Saved data entries:
_ _ _ _ _ _ _

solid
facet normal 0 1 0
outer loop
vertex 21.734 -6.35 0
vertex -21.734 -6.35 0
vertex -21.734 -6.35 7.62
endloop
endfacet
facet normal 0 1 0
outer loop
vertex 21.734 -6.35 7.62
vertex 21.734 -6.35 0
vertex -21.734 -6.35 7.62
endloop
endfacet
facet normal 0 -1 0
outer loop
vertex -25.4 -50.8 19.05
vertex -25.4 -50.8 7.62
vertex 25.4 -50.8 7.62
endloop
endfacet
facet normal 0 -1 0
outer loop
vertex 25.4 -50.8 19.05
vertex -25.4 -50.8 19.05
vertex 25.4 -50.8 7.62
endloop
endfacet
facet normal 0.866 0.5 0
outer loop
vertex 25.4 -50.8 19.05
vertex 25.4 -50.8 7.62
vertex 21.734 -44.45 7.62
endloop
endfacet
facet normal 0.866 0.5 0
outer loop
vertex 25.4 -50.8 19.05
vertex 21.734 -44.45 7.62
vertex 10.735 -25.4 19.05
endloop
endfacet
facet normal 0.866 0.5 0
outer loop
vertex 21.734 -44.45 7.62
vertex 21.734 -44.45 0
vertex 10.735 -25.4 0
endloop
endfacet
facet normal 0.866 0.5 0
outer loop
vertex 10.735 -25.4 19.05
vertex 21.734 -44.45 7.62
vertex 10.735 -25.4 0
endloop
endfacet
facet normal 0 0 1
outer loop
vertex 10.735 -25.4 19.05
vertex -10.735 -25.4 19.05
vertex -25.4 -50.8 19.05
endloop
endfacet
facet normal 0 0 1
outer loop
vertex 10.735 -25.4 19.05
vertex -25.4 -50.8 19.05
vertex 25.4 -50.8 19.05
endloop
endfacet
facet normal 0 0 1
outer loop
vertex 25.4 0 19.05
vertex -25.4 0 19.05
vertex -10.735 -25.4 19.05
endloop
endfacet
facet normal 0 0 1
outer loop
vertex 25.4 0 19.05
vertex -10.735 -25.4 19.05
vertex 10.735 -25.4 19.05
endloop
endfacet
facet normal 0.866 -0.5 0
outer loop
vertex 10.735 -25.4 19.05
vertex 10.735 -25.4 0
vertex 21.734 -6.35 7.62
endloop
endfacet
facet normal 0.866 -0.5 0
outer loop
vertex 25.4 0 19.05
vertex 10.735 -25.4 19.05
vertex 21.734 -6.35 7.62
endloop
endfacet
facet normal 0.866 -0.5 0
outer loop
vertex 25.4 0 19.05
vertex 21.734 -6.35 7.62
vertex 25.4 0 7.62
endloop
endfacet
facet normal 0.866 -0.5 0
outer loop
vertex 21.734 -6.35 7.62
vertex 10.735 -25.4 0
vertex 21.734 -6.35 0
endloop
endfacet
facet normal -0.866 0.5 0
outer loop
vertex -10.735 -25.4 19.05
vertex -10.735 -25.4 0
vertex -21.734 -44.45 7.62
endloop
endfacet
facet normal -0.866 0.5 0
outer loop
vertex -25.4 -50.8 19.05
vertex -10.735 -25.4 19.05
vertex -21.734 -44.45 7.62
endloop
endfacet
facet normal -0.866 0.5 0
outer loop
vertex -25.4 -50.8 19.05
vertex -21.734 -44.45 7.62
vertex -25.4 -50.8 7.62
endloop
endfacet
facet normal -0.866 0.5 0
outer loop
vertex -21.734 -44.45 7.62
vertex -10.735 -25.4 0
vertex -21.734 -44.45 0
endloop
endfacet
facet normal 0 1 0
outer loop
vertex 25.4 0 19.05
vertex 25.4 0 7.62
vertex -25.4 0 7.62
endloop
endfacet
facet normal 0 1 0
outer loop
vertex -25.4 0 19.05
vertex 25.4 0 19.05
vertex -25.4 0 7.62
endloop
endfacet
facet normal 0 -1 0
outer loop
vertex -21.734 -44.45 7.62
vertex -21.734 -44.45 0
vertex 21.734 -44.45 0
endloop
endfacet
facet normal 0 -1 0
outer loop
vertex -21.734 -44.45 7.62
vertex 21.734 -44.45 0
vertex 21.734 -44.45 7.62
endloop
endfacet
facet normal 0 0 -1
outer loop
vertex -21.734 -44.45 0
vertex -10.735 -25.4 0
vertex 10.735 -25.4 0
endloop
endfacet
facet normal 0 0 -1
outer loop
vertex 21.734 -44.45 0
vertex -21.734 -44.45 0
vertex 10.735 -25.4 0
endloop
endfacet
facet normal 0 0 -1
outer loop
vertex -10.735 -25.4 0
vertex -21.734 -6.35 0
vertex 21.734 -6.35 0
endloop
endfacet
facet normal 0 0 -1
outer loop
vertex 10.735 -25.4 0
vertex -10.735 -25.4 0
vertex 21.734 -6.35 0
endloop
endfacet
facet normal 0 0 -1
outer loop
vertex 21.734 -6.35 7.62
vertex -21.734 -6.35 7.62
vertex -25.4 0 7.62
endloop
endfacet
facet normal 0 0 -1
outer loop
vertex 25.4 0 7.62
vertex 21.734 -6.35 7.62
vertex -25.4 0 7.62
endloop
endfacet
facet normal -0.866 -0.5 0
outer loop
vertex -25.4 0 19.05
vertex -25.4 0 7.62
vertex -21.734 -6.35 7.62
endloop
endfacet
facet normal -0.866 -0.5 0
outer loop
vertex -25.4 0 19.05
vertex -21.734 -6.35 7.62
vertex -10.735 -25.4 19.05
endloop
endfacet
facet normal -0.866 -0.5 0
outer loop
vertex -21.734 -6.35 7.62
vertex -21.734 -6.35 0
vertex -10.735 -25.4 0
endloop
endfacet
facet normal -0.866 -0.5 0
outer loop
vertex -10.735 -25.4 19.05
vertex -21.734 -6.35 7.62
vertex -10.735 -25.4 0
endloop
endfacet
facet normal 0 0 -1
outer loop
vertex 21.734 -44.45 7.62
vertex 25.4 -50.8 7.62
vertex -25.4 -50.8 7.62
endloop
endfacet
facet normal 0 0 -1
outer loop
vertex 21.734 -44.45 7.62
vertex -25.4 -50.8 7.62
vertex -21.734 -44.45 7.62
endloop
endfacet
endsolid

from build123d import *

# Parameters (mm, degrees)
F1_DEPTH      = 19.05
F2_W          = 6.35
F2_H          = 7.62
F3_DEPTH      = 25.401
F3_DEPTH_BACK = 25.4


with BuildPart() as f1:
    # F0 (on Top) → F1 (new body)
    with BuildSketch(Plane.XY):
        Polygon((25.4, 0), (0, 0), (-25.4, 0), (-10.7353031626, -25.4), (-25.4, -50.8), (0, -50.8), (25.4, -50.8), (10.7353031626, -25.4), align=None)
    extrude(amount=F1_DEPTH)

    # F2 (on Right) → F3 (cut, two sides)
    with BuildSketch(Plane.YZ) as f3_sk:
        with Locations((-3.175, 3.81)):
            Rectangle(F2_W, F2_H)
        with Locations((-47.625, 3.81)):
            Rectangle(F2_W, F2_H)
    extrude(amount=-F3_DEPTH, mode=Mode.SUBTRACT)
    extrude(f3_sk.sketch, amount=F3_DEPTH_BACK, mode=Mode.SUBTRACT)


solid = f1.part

_ _ _ _ _ _ _

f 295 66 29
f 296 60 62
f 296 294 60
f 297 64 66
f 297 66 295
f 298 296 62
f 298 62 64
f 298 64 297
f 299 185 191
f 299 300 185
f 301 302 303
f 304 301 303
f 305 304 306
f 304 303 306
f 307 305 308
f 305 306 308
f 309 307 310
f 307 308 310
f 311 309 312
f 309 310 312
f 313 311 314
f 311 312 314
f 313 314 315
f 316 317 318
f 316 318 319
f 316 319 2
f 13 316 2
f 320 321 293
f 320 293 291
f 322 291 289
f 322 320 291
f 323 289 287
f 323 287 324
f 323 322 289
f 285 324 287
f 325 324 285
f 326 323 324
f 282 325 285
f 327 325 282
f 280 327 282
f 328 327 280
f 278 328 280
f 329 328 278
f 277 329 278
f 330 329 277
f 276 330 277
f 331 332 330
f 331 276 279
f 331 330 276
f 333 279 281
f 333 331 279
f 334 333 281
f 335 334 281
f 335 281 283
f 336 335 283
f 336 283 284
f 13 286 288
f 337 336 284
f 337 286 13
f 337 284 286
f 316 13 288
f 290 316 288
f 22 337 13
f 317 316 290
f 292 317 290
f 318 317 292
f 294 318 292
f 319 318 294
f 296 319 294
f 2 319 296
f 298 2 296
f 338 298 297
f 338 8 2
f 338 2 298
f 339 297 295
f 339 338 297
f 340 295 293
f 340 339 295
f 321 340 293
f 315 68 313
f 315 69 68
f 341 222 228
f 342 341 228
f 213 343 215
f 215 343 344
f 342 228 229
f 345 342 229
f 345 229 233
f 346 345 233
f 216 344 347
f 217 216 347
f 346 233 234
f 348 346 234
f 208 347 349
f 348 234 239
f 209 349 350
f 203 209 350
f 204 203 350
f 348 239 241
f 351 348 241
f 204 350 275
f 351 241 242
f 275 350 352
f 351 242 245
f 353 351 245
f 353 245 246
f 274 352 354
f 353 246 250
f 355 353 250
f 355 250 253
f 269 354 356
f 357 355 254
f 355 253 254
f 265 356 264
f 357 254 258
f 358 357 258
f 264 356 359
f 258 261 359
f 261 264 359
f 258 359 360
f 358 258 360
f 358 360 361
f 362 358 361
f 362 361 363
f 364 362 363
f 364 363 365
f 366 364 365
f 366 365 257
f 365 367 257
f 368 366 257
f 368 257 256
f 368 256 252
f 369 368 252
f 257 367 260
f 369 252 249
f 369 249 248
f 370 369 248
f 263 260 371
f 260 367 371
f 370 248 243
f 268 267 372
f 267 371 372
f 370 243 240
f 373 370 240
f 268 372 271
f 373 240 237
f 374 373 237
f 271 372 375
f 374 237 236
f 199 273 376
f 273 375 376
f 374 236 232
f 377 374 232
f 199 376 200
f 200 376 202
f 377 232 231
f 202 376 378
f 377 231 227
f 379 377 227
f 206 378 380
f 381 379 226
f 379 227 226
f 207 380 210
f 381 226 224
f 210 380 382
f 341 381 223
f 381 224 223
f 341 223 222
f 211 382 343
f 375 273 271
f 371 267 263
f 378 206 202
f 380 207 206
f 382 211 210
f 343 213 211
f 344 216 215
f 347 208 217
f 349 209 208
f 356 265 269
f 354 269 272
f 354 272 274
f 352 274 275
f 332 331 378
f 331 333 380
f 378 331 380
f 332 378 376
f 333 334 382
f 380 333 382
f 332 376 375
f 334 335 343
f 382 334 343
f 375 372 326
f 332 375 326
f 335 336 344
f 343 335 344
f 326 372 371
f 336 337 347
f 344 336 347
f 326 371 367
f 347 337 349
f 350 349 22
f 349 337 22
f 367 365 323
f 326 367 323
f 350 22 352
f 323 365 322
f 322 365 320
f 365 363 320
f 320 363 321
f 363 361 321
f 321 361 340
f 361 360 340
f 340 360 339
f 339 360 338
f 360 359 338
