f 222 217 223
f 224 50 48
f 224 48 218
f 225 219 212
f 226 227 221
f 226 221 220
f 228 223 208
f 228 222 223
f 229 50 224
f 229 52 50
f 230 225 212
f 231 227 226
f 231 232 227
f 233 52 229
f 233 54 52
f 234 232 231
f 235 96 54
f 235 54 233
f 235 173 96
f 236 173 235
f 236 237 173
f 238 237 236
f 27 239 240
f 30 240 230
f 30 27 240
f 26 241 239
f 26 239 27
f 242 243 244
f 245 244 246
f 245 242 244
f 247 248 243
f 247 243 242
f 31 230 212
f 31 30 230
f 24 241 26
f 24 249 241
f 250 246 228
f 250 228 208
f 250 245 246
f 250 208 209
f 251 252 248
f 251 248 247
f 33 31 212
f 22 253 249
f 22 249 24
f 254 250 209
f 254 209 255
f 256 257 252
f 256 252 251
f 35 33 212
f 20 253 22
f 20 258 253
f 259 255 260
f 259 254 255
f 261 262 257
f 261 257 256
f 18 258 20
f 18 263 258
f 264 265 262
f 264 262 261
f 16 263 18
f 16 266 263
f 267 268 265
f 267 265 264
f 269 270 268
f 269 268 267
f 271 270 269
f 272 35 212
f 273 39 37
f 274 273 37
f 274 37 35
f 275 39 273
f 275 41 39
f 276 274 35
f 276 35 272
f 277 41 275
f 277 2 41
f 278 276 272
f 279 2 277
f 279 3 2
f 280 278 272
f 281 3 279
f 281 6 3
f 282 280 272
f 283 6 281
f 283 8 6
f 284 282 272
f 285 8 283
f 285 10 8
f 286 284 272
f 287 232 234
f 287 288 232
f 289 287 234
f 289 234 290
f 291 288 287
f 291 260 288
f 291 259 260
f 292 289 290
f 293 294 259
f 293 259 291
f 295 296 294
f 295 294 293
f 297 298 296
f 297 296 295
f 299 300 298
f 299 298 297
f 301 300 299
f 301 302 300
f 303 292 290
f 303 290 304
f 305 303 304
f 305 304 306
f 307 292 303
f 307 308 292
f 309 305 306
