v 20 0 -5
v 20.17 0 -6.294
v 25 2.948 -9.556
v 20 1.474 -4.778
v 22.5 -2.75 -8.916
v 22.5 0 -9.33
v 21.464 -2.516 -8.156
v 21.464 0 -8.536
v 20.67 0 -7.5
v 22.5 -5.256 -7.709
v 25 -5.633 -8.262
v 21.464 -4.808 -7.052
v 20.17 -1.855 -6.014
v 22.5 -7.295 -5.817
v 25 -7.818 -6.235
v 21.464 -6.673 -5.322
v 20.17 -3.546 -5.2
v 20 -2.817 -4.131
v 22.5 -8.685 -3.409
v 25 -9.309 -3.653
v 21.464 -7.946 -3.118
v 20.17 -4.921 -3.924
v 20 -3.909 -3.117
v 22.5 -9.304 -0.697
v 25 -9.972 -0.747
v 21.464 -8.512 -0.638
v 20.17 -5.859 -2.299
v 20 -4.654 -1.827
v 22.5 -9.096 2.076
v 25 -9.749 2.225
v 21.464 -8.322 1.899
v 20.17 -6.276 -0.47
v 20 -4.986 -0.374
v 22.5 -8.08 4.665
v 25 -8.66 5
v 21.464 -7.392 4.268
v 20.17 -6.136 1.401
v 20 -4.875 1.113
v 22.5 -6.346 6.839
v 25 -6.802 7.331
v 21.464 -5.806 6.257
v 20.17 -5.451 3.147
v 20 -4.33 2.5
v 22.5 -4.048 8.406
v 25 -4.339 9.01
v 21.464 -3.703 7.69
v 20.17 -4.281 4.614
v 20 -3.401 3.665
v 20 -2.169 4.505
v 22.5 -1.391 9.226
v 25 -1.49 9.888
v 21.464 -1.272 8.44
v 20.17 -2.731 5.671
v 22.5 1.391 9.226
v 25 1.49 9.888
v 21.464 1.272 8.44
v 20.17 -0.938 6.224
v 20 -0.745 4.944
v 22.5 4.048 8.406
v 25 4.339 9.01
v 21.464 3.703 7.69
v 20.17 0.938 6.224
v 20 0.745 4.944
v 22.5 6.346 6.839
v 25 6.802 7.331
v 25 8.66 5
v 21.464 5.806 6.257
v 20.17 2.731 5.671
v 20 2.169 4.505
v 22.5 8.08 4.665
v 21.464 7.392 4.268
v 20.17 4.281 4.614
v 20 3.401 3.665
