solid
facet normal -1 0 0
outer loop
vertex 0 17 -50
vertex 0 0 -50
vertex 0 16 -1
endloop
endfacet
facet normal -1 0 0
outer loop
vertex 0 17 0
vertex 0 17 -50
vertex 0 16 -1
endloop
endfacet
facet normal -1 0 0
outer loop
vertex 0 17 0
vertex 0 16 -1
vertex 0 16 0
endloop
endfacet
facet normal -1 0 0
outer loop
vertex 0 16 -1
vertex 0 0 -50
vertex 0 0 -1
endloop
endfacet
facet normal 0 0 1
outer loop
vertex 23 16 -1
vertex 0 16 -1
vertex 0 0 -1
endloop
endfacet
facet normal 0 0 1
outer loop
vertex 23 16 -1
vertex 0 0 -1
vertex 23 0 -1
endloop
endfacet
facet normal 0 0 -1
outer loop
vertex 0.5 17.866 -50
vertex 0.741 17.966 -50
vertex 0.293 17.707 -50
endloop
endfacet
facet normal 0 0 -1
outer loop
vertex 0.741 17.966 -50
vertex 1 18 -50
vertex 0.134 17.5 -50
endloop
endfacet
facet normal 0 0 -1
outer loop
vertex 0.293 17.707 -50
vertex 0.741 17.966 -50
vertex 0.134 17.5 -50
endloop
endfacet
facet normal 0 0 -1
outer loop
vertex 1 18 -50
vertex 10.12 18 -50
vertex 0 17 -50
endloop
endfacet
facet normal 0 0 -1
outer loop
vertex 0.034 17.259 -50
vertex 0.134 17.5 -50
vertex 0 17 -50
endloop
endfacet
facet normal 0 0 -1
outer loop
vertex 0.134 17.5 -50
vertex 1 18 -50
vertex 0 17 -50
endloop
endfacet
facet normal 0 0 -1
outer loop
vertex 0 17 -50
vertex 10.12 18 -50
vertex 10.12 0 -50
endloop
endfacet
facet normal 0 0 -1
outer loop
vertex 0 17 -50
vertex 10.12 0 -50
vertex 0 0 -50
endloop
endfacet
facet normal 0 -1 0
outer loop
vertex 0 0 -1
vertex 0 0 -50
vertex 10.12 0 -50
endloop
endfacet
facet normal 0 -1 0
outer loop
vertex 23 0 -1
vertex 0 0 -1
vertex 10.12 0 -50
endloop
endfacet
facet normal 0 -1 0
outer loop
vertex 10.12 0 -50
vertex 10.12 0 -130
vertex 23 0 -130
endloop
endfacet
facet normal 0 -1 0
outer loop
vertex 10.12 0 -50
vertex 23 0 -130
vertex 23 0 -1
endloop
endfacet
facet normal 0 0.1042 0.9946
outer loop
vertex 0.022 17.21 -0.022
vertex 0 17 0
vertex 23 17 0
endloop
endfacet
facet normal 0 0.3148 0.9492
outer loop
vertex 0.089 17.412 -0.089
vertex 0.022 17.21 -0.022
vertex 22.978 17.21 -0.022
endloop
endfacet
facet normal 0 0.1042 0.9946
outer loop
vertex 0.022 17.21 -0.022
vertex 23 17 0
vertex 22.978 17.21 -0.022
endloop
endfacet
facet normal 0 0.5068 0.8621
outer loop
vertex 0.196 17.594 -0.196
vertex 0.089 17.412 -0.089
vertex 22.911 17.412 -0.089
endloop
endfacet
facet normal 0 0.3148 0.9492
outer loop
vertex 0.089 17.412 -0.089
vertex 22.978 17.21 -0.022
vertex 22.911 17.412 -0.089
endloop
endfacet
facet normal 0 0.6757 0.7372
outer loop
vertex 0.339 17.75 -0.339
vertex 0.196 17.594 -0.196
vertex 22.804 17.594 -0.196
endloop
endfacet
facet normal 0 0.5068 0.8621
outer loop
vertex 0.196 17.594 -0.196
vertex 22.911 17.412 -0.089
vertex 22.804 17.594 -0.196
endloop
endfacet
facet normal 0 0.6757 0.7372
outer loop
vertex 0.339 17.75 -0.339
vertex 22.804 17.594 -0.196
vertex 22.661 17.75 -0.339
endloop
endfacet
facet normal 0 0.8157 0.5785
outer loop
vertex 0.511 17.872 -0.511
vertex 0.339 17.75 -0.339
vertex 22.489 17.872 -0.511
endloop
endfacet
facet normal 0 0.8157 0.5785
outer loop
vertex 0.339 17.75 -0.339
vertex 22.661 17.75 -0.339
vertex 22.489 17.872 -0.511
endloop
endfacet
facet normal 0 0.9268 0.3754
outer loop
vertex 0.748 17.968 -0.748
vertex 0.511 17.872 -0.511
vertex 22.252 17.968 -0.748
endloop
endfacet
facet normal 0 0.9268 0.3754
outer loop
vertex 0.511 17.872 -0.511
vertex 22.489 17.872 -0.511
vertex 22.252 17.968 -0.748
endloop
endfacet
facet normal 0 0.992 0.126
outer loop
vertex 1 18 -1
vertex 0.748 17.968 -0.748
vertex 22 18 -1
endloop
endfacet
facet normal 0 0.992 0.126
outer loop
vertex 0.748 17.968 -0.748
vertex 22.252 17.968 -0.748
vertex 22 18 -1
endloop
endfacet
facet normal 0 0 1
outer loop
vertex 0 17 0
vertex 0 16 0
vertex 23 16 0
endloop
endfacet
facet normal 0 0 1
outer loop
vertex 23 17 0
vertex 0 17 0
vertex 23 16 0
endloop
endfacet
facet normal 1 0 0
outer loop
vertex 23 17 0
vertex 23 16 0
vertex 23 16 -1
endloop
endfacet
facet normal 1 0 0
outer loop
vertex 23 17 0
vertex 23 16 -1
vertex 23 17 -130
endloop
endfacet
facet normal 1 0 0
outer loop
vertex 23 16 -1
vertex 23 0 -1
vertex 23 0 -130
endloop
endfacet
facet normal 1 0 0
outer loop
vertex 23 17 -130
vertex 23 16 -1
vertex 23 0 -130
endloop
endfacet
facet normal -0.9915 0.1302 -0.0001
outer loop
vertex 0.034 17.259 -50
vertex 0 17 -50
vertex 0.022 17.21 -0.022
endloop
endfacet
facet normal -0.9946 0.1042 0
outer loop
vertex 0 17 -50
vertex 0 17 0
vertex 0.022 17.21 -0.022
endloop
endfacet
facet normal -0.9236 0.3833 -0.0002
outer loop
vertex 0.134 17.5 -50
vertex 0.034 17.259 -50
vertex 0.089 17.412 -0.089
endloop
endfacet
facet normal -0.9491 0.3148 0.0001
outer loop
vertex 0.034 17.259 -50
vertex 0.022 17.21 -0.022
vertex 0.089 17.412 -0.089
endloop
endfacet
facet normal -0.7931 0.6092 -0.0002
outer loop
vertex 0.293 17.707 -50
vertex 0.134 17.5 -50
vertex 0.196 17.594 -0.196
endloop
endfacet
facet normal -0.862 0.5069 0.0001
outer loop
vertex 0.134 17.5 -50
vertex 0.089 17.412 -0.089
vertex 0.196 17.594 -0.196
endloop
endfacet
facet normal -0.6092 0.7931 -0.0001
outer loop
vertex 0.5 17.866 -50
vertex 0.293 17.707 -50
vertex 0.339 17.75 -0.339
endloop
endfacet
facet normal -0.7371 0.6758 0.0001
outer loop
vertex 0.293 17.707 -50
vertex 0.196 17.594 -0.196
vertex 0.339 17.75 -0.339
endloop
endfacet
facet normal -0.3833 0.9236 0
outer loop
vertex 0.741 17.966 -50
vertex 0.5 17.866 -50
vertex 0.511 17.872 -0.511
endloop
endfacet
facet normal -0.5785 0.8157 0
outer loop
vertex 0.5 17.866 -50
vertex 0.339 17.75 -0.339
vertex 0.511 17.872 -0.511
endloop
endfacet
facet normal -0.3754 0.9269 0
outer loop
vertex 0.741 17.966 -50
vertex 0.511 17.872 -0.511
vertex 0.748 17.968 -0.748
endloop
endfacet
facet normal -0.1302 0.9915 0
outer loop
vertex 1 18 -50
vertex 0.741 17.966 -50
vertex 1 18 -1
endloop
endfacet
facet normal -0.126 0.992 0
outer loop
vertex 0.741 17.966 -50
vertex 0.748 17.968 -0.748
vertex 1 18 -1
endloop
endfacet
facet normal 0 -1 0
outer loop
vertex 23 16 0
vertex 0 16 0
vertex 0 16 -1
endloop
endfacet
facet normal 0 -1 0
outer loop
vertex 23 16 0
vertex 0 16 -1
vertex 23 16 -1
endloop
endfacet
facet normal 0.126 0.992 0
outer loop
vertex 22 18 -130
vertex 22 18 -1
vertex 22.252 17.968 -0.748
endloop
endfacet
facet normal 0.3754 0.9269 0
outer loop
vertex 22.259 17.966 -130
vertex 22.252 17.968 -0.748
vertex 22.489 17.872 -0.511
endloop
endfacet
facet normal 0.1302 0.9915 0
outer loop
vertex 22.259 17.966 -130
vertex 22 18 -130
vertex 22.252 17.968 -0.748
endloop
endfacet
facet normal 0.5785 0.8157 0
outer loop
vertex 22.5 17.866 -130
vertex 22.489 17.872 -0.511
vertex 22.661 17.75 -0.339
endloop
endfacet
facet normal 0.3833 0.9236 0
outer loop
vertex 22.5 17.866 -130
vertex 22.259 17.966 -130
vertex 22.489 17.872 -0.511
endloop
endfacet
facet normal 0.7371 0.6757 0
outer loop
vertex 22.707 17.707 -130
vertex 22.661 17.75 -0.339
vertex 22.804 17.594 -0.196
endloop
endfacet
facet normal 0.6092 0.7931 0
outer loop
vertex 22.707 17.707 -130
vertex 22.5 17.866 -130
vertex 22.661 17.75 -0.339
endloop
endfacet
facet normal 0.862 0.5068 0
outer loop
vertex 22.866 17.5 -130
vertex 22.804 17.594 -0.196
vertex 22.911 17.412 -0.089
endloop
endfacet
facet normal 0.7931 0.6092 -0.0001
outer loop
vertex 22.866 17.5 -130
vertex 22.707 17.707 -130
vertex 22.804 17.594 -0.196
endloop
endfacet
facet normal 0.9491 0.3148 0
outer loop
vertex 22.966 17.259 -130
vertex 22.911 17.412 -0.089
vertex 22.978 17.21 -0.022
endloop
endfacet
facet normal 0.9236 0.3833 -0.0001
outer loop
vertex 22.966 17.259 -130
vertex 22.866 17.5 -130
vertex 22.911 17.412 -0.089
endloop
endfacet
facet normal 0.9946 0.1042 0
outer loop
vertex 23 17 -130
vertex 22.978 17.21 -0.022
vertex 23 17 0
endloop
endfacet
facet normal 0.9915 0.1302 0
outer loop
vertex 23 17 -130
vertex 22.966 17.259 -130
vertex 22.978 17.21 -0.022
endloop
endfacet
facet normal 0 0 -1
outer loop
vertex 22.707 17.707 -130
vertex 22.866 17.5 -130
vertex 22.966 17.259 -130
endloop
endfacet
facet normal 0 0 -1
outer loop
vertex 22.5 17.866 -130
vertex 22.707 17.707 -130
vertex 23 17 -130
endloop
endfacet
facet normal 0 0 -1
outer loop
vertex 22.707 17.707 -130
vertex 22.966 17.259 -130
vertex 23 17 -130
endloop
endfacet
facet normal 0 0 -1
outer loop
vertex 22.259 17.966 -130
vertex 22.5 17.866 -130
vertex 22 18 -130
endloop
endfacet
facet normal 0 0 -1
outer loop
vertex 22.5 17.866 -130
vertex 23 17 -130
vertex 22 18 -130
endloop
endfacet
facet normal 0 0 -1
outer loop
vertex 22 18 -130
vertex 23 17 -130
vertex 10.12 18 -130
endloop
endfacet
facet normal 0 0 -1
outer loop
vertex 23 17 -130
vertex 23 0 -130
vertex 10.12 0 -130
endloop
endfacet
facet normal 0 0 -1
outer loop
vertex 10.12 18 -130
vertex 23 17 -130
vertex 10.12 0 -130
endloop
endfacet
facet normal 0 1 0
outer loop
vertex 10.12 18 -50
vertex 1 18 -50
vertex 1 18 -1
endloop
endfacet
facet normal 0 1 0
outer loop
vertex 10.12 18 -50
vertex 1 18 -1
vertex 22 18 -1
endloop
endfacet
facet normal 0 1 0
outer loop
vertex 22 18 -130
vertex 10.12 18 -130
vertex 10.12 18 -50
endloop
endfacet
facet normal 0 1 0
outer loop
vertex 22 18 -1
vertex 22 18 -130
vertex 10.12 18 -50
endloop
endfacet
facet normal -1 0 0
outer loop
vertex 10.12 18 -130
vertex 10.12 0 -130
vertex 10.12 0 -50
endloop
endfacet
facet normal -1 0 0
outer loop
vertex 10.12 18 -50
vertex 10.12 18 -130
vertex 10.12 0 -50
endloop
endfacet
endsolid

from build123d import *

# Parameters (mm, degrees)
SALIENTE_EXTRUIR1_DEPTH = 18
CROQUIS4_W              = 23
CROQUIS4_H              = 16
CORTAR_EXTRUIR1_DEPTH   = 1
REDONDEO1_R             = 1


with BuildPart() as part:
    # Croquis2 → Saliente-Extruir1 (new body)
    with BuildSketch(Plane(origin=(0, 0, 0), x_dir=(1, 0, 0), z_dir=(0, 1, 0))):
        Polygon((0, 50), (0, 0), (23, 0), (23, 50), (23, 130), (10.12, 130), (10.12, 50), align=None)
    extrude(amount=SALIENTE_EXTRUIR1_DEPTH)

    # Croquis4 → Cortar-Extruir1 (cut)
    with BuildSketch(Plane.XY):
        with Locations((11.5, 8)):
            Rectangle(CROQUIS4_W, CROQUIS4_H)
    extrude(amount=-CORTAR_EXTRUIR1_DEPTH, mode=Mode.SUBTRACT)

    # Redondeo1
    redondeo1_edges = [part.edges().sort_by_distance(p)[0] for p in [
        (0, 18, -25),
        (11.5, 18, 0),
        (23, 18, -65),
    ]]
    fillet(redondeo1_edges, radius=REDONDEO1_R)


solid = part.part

_ _ _ _ _ _ _

Print again the lines of the entries above that fall between the line holding "f 231 232 227" and the line holding "f 33 31 212", inclusive, exactly as they stand.

OUTPUT OF THE EXERCISE:
f 231 232 227
f 233 52 229
f 233 54 52
f 234 232 231
f 235 96 54
f 235 54 233
f 235 173 96
f 236 173 235
f 236 237 173
f 238 237 236
f 27 239 240
f 30 240 230
f 30 27 240
f 26 241 239
f 26 239 27
f 242 243 244
f 245 244 246
f 245 242 244
f 247 248 243
f 247 243 242
f 31 230 212
f 31 30 230
f 24 241 26
f 24 249 241
f 250 246 228
f 250 228 208
f 250 245 246
f 250 208 209
f 251 252 248
f 251 248 247
f 33 31 212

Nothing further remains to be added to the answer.